Example
To better understand how the investment works here is a hypothetical example
Art Shares Srl offers a work at the price of € 100,000 in 1000 shares of € 100 each.
Let us hypothesize that there are 453 clients who purchase the shares for an overall value of € 95,000 (95% co-ownership) and that the remaining shares of € 5000 (5% co-ownership) remain with Art Shares Srl.
Let us suppose that, for example:
- one client purchases 300 shares paying € 30,000 (30% co-ownership),
- two clients purchase 100 shares each paying € 10,000 each (co-ownership of 10% + 10%) and
- there are 450 clients who purchase one share of € 100 (co-ownership of 0.1% for each of the 450 clients, for a total of 45%)
Let us suppose that the work of art is sold on the market after two years at the price of € 120,000.

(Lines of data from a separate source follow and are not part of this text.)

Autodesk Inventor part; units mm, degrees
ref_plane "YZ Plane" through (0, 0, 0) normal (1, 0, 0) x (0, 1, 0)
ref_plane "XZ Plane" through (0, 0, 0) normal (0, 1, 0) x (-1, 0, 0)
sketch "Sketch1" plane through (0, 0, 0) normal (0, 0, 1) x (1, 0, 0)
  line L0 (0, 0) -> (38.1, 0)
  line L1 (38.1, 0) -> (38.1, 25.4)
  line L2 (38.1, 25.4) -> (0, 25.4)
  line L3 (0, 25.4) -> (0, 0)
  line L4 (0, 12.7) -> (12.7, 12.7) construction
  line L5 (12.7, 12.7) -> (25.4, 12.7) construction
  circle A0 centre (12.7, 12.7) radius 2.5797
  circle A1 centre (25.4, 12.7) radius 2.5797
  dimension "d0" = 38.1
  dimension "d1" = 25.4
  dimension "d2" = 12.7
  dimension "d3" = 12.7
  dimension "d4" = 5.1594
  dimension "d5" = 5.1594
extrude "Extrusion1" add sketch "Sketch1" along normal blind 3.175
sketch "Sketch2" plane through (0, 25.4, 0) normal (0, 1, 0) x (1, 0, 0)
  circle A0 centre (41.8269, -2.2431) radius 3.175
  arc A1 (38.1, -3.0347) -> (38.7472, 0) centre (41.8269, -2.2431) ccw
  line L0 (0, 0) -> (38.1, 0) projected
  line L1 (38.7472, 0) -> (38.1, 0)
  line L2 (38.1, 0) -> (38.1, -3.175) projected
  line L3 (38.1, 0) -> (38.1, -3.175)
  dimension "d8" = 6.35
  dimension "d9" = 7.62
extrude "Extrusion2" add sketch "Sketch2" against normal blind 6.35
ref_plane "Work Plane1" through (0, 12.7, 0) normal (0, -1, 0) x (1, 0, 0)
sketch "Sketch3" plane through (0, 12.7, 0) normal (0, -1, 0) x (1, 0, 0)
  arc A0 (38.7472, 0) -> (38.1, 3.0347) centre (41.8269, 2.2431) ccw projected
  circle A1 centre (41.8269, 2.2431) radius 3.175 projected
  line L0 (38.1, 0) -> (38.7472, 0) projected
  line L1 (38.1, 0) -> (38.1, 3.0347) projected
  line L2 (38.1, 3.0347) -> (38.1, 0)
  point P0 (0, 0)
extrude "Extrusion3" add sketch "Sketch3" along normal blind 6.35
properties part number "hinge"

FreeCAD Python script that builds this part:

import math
import FreeCAD as App
import Part
import Sketcher

V = App.Vector
Q = App.Units.Quantity


def add_polygon(sketch, points):
    """Adds a closed chain of lines whose ends are joined by coincident constraints."""
    first, n = sketch.GeometryCount, len(points)
    for a, b in zip(points, points[1:] + points[:1]):
        sketch.addGeometry(Part.LineSegment(App.Vector(*a, 0), App.Vector(*b, 0)), False)
    for i in range(n):
        sketch.addConstraint(Sketcher.Constraint("Coincident", first + i, 2, first + (i + 1) % n, 1))

doc = App.newDocument("Part")
body = doc.addObject("PartDesign::Body", "Body")

sketch1 = body.newObject("Sketcher::SketchObject", "Sketch")
sketch1.AttachmentSupport = (doc.getObject("XY_Plane"), [""])
sketch1.MapMode = "FlatFace"
add_polygon(sketch1, [(0, 25.4), (0, 0), (38.1, 0), (38.1, 25.4)])
sketch1.addGeometry(Part.Circle(V(12.7, 12.7, 0), V(0, 0, 1), 2.5797), False)
sketch1.addGeometry(Part.Circle(V(25.4, 12.7, 0), V(0, 0, 1), 2.5797), False)
sketch1.addConstraint([
    Sketcher.Constraint("Vertical", 0),
    Sketcher.Constraint("Horizontal", 1),
    Sketcher.Constraint("Vertical", 2),
    Sketcher.Constraint("Horizontal", 3),
    Sketcher.Constraint("Coincident", 0, 2, -1, 1),
    Sketcher.Constraint("Equal", 4, 5),
    Sketcher.Constraint("Horizontal", 4, 3, 5, 3),
    Sketcher.Constraint("DistanceY", 0, 2, 0, 1, Q("1 in")),
    Sketcher.Constraint("Diameter", 4, Q("0.203126 in")),
    Sketcher.Constraint("DistanceX", 1, 1, 1, 2, Q("1.5 in")),
    Sketcher.Constraint("DistanceX", -1, 1, 5, 3, Q("1 in")),
    Sketcher.Constraint("DistanceX", 4, 3, 1, 2, Q("1 in")),
    Sketcher.Constraint("DistanceY", -1, 1, 4, 3, Q("0.5 in")),
])
pad1 = body.newObject("PartDesign::Pad", "Pad")
pad1.Profile = sketch1
pad1.Length = Q("0.125 in")

sketch2 = body.newObject("Sketcher::SketchObject", "Sketch001")
sketch2.AttachmentSupport = (doc.getObject("XZ_Plane"), [""])
sketch2.MapMode = "FlatFace"
sketch2.AttachmentOffset = App.Placement(V(0, 0, -1 * 25.4), App.Rotation())
sketch2.addGeometry([
    Part.LineSegment(V(38.1, 0, 0), V(38.1, 3.0347, 0)),
    Part.ArcOfCircle(Part.Circle(V(41.8269, 2.2431, 0), V(0, 0, 1), 3.810041), math.radians(-143.932271), math.radians(168.008488)),
    Part.LineSegment(V(38.7472, 0, 0), V(38.1, 0, 0)),
    Part.Circle(V(41.8269, 2.2431, 0), V(0, 0, 1), 3.175),
], False)
sketch2.addConstraint([
    Sketcher.Constraint("Coincident", 0, 2, 1, 2),
    Sketcher.Constraint("Coincident", 1, 1, 2, 1),
    Sketcher.Constraint("Coincident", 2, 2, 0, 1),
    Sketcher.Constraint("Vertical", 0),
    Sketcher.Constraint("Horizontal", 2),
    Sketcher.Constraint("Coincident", 3, 3, 1, 3),
    Sketcher.Constraint("PointOnObject", 1, 1, -1),
    Sketcher.Constraint("Diameter", 3, Q("0.25 in")),
    Sketcher.Constraint("Radius", 1, Q("0.15 in")),
    Sketcher.Constraint("DistanceX", -1, 1, 0, 2, Q("1.5 in")),
    Sketcher.Constraint("DistanceX", 2, 2, 2, 1, 0.6472),
    Sketcher.Constraint("DistanceY", 0, 1, 0, 2, 3.0347),
])
pad2 = body.newObject("PartDesign::Pad", "Pad001")
pad2.Profile = sketch2
pad2.Length = Q("0.25 in")

sketch3 = body.newObject("Sketcher::SketchObject", "Sketch002")
sketch3.AttachmentSupport = (doc.getObject("XZ_Plane"), [""])
sketch3.MapMode = "FlatFace"
sketch3.AttachmentOffset = App.Placement(V(0, 0, -0.5 * 25.4), App.Rotation())
sketch3.addGeometry([
    Part.LineSegment(V(38.1, 0, 0), V(38.7472, 0, 0)),
    Part.ArcOfCircle(Part.Circle(V(41.8269, 2.2431, 0), V(0, 0, 1), 3.809993), math.radians(-143.932271), math.radians(168.008488)),
    Part.LineSegment(V(38.1, 3.0347, 0), V(38.1, 0, 0)),
    Part.Circle(V(41.8269, 2.2431, 0), V(0, 0, 1), 3.175),
], False)
sketch3.addConstraint([
    Sketcher.Constraint("Coincident", 0, 2, 1, 1),
    Sketcher.Constraint("Coincident", 1, 2, 2, 1),
    Sketcher.Constraint("Coincident", 2, 2, 0, 1),
    Sketcher.Constraint("Horizontal", 0),
    Sketcher.Constraint("Vertical", 2),
    Sketcher.Constraint("Coincident", 3, 3, 1, 3),
    Sketcher.Constraint("PointOnObject", 0, 2, -1),
    Sketcher.Constraint("Diameter", 3, Q("0.25 in")),
    Sketcher.Constraint("Radius", 1, Q("0.15 in")),
    Sketcher.Constraint("DistanceX", -1, 1, 1, 2, Q("1.5 in")),
    Sketcher.Constraint("DistanceX", 0, 1, 0, 2, 0.6472),
    Sketcher.Constraint("DistanceY", 2, 2, 2, 1, 3.0347),
])
pad3 = body.newObject("PartDesign::Pad", "Pad002")
pad3.Profile = sketch3
pad3.Length = Q("0.25 in")

doc.recompute()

The sale price will be shared out as follows:
- 1 client € 36,000 – 900 (2.5 % of commission on € 36,000) = net proceeds of € 35,000 for an investment of € 30,000;
- 2 clients € 24,000 – 600 (2.5% commission on € 24,000) overall, individually equal to € 12,000 – € 300 (2,5% commission on € 12,000) = net proceeds of € 11,700 for an investment of € 10,000 each;
- 450 clients € 54,000 – € 1,350 (2,5% of commission on € 54,000) overall, individually equal to € 120 – € 3 (2.5% commission on € 120) = net proceeds of € 117 for an investment of € 100;
- Art Shares Srl € 6,000 for a share of € 5,000.